Mit neuem Wissen neue Wege gehen
Das haben auch Iris, Karina und Ever gelernt. Sie besuchten Schulungen zu nachhaltigen Anbaumethoden und erneuerbaren Energien. Diese sind Teil eines Projekts von Plan International, das sich gezielt an Frauen richtet und ihre wirtschaftliche Selbstbestimmung fördern möchte. Darin lernen die Teilnehmerinnen, welche biologischen Praktiken sie anwenden müssen, um den Einsatz von Chemikalien überflüssig zu machen sowie die Qualität ihrer Ernte zu verbessern.
„Wir haben gelernt, wie wir durch Tropfbewässerung Wasser sparen können. Eine Tauchpumpe und Sonnenkollektoren sorgen außerdem dafür, dass wir weniger Chemikalien und Kraftstoff einsetzen müssen und so unsere Umwelt schonen”, erklärt Ever. Dank Solarpanels spart ihr Landwirtschaftsbetrieb außerdem Energiekosten und ist nachhaltiger.
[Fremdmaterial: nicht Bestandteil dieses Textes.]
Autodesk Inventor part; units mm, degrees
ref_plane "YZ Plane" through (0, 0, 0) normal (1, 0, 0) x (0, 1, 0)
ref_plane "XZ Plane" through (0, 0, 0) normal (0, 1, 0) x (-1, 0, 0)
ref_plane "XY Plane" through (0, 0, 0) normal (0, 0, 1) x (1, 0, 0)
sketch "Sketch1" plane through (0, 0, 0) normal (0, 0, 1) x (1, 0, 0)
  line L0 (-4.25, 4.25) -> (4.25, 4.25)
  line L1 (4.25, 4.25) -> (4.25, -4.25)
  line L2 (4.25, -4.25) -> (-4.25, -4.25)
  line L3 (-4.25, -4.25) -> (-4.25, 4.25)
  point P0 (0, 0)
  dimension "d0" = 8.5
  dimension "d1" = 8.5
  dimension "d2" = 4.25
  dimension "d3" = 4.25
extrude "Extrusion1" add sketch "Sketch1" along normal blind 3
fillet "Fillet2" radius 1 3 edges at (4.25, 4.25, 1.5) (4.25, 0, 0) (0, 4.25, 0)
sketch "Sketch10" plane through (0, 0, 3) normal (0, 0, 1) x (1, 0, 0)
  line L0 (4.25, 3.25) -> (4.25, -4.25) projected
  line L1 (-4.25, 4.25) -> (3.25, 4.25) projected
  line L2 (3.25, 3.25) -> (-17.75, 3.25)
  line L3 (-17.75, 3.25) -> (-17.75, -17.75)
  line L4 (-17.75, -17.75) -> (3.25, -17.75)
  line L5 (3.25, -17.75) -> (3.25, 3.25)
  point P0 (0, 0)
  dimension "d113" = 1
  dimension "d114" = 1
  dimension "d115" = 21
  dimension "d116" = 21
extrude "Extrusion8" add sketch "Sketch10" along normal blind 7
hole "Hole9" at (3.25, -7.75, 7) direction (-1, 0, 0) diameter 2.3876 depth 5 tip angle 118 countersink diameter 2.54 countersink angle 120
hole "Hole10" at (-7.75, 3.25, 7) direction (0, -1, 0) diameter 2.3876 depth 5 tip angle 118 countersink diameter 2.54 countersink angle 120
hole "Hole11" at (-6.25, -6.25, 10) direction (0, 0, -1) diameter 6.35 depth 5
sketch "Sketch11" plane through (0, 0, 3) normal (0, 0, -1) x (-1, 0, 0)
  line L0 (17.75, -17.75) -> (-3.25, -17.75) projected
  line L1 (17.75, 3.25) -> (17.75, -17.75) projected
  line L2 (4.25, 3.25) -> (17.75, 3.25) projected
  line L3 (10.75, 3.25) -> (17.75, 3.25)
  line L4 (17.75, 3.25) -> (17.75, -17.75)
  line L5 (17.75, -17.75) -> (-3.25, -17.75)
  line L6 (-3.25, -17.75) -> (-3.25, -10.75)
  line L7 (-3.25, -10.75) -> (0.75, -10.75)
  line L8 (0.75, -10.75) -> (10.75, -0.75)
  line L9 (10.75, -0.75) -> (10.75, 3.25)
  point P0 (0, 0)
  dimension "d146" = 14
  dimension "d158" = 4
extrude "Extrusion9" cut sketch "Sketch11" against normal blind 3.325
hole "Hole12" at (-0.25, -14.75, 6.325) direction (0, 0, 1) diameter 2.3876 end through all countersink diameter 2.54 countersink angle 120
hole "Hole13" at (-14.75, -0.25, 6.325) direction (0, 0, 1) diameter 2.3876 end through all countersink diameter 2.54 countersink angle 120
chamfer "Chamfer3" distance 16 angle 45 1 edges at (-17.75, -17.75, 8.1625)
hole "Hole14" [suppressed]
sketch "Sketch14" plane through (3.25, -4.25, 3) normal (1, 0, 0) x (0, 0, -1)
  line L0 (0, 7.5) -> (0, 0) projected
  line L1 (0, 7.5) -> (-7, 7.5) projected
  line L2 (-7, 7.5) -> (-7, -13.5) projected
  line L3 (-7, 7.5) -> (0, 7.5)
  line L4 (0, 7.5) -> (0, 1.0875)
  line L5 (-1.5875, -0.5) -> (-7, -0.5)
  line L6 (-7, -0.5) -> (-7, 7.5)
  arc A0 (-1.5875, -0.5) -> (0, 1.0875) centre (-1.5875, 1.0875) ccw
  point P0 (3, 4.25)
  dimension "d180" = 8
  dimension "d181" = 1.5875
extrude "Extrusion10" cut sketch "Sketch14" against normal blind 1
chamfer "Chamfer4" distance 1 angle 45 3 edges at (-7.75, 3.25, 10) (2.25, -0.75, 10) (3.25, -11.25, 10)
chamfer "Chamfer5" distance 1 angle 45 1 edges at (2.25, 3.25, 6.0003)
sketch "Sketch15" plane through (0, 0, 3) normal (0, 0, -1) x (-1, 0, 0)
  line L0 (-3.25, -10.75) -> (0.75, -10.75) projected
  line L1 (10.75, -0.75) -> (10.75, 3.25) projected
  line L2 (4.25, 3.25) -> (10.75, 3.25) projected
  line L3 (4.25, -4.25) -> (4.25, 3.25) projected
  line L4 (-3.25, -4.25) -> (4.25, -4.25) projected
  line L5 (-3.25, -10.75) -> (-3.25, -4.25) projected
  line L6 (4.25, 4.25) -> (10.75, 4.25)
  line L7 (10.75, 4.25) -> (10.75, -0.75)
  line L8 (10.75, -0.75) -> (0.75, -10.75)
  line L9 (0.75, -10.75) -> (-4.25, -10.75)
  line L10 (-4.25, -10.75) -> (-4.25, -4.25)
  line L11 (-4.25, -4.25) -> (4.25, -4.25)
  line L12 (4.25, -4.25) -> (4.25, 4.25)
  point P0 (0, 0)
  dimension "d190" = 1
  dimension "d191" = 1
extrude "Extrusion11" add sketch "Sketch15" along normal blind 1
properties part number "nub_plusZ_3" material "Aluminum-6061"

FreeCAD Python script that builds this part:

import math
import FreeCAD as App
import Part
import Sketcher

V = App.Vector


def edges_at(feature, points):
    """Names of the edges that pass closest to the given points."""
    edges = feature.Shape.Edges
    near = lambda p: min(range(len(edges)), key=lambda i: edges[i].distToShape(Part.Vertex(*p))[0])
    return sorted({f"Edge{near(p) + 1}" for p in points})


def add_polygon(sketch, points):
    """Adds a closed chain of lines whose ends are joined by coincident constraints."""
    first, n = sketch.GeometryCount, len(points)
    for a, b in zip(points, points[1:] + points[:1]):
        sketch.addGeometry(Part.LineSegment(App.Vector(*a, 0), App.Vector(*b, 0)), False)
    for i in range(n):
        sketch.addConstraint(Sketcher.Constraint("Coincident", first + i, 2, first + (i + 1) % n, 1))

doc = App.newDocument("Part")
body = doc.addObject("PartDesign::Body", "Body")

# Sketch on XY plane
sketch1 = body.newObject("Sketcher::SketchObject", "Sketch")
sketch1.AttachmentSupport = (doc.getObject("XY_Plane"), [""])
sketch1.MapMode = "FlatFace"
add_polygon(sketch1, [(4, 4), (-4, 4), (-4, -4), (4, -4)])  # lines 0-3
sketch1.addConstraint([
    Sketcher.Constraint("Horizontal", 0),
    Sketcher.Constraint("Vertical", 1),
    Sketcher.Constraint("Horizontal", 2),
    Sketcher.Constraint("Vertical", 3),
    Sketcher.Constraint("Symmetric", 0, 2, 2, 2, -1, 1),
    Sketcher.Constraint("Equal", 2, 1),
    Sketcher.Constraint("DistanceX", 0, 2, 0, 1, 8.5),
])
pad1 = body.newObject("PartDesign::Pad", "Pad")
pad1.Profile = sketch1
pad1.Length = 3
doc.recompute()

fillet = body.newObject("PartDesign::Fillet", "Fillet")
fillet.Base = (pad1, edges_at(pad1, [(4.25, 4.25, 1.5), (4.25, 0, 0), (0, 4.25, 0)]))
fillet.Radius = 1

# Sketch on XY plane
sketch2 = body.newObject("Sketcher::SketchObject", "Sketch001")
sketch2.AttachmentSupport = (doc.getObject("XY_Plane"), [""])
sketch2.MapMode = "FlatFace"
sketch2.AttachmentOffset = App.Placement(V(0, 0, 3), App.Rotation())
add_polygon(sketch2, [(3, -18), (3, 3), (-18, 3), (-18, -18)])  # lines 0-3
sketch2.addConstraint([
    Sketcher.Constraint("Vertical", 0),
    Sketcher.Constraint("Horizontal", 1),
    Sketcher.Constraint("Vertical", 2),
    Sketcher.Constraint("Horizontal", 3),
    Sketcher.Constraint("Equal", 3, 0),
    Sketcher.Constraint("DistanceX", 1, 2, 1, 1, 21.0),
    Sketcher.Constraint("DistanceX", -1, 1, 0, 2, 3.25),
    Sketcher.Constraint("DistanceY", -1, 1, 0, 2, 3.25),
])
pad2 = body.newObject("PartDesign::Pad", "Pad001")
pad2.Profile = sketch2
pad2.Length = 7
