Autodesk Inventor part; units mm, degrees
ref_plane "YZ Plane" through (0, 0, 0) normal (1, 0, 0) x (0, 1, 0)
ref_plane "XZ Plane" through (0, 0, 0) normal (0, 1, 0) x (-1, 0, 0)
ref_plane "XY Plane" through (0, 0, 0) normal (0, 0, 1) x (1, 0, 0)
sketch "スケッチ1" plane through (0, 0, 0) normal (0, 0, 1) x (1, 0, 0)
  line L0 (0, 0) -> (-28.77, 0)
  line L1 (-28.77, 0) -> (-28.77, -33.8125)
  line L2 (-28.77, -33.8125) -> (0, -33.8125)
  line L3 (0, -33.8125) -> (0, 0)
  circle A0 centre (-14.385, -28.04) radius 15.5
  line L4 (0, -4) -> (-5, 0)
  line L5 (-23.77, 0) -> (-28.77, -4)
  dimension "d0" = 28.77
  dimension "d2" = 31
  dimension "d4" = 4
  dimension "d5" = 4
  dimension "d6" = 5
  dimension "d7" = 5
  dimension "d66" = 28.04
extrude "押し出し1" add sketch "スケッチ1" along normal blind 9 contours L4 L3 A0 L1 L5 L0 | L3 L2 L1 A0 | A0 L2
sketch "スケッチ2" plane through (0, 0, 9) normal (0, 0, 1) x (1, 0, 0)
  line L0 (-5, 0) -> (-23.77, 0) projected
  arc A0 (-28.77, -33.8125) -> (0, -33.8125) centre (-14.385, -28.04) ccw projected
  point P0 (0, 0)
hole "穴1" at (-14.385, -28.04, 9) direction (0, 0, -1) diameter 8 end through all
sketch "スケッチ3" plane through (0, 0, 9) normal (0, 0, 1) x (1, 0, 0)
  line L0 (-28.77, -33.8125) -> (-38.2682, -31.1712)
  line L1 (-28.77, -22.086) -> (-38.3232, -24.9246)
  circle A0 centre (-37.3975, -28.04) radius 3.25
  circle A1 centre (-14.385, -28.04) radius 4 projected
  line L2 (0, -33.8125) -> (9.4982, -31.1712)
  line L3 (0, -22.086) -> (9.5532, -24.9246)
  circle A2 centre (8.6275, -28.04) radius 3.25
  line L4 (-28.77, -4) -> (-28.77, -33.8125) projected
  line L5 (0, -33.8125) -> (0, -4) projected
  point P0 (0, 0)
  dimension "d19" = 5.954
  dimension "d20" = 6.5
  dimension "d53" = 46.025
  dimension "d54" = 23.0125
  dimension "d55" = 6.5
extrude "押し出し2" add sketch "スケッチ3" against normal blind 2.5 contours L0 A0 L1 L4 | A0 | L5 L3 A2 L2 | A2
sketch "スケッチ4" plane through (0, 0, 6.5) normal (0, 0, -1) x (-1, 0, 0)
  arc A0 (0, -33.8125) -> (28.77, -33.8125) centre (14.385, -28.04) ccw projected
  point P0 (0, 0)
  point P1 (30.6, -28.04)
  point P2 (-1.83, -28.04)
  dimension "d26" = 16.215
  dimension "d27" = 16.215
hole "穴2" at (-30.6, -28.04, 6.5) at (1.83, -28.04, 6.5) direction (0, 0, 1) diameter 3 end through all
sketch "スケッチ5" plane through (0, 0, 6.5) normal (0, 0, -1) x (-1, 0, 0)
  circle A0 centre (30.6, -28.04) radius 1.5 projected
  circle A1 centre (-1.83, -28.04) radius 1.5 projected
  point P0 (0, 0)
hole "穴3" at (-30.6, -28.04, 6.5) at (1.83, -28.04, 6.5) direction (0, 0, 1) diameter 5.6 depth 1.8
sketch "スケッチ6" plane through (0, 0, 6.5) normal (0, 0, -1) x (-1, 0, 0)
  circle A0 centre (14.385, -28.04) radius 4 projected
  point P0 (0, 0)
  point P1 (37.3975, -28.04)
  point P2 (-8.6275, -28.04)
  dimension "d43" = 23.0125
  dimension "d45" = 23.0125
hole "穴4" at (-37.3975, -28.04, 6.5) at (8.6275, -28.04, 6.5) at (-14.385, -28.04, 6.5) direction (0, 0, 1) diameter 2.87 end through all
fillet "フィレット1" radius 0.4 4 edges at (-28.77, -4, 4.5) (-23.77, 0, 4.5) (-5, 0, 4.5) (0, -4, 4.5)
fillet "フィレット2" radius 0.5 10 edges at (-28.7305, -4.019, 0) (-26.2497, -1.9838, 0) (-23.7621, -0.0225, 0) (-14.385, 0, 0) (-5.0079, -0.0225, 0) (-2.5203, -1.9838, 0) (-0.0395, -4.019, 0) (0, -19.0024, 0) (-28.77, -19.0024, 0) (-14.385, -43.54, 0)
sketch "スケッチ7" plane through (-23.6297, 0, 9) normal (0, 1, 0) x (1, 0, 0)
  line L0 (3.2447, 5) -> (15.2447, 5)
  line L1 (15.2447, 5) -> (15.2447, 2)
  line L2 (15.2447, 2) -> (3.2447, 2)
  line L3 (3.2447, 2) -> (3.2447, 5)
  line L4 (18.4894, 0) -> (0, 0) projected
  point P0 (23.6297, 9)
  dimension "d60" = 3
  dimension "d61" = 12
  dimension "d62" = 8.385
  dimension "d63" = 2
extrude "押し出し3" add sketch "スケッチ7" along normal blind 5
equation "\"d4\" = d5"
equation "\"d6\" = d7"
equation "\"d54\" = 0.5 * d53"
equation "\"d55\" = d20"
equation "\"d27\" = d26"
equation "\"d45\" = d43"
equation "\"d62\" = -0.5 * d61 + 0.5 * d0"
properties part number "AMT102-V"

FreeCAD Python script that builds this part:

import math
import FreeCAD as App
import Part
import Sketcher

V = App.Vector
Q = App.Units.Quantity


def edges_at(feature, points):
    """Names of the edges that pass closest to the given points."""
    edges = feature.Shape.Edges
    near = lambda p: min(range(len(edges)), key=lambda i: edges[i].distToShape(Part.Vertex(*p))[0])
    return sorted({f"Edge{near(p) + 1}" for p in points})

doc = App.newDocument("Part")
body = doc.addObject("PartDesign::Body", "Body")

# Sketch on XY plane
sketch1 = body.newObject("Sketcher::SketchObject", "Sketch")
sketch1.AttachmentSupport = (doc.getObject("XY_Plane"), [""])
sketch1.MapMode = "FlatFace"
sketch1.addGeometry([
    Part.LineSegment(V(0, -4, 0), V(-5, 0, 0)),  # 0
    Part.LineSegment(V(-5, 0, 0), V(-24, 0, 0)),  # 1
    Part.LineSegment(V(-24, 0, 0), V(-29, -4, 0)),  # 2
    Part.LineSegment(V(-29, -4, 0), V(-29, -34, 0)),  # 3
    Part.ArcOfCircle(Part.Circle(V(-14, -28, 0), V(0, 0, 1), 16), math.radians(-158), math.radians(-22)),  # 4
    Part.LineSegment(V(0, -34, 0), V(0, -4, 0)),  # 5
], False)
sketch1.addConstraint([
    Sketcher.Constraint("Coincident", 0, 2, 1, 1),
    Sketcher.Constraint("Coincident", 1, 2, 2, 1),
    Sketcher.Constraint("Coincident", 2, 2, 3, 1),
    Sketcher.Constraint("Coincident", 3, 2, 4, 1),
    Sketcher.Constraint("Coincident", 4, 2, 5, 1),
    Sketcher.Constraint("Coincident", 5, 2, 0, 1),
    Sketcher.Constraint("Horizontal", 1),
    Sketcher.Constraint("Vertical", 3),
    Sketcher.Constraint("Vertical", 5),
    Sketcher.Constraint("PointOnObject", 0, 2, -1),
    Sketcher.Constraint("PointOnObject", 4, 2, -2),
    Sketcher.Constraint("Horizontal", 3, 2, 4, 2),
    Sketcher.Constraint("Horizontal", 2, 2, 5, 2),
    Sketcher.Constraint("Equal", 0, 2),
    Sketcher.Constraint("Radius", 4, Q("15.5 mm")),
    Sketcher.Constraint("DistanceX", 0, 2, -1, 1, Q("5 mm")),
    Sketcher.Constraint("DistanceY", 2, 2, -1, 1, Q("4 mm")),
    Sketcher.Constraint("DistanceY", 4, 3, -1, 1, Q("28.04 mm")),
    Sketcher.Constraint("DistanceX", 2, 2, -1, 1, Q("28.77 mm")),
])
pad1 = body.newObject("PartDesign::Pad", "Pad")
pad1.Profile = sketch1
pad1.Length = 9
Workshops zum Thema Gleichstellung der Geschlechter haben Iris und ihre Schwester Karina zusätzlich in ihrer Überzeugung bestärkt, dass es für die Zukunft der Landwirtschaft nur förderlich sein kann, wenn Frauen und Männer gleichberechtigt ihre Ideen einbringen können. „Wir sind der Beweis dafür, dass Frauen in der Landwirtschaft erfolgreich sein und Fortschritte erzielen können“, sagt Karina. Dieser Erfolg hat sich herumgesprochen und auch andere Familien inspiriert, sich mit ökologischer Landwirtschaft eine Zukunft aufzubauen.
Der Artikel wurde mit Material aus dem salvadorianischen Plan-Büro erstellt.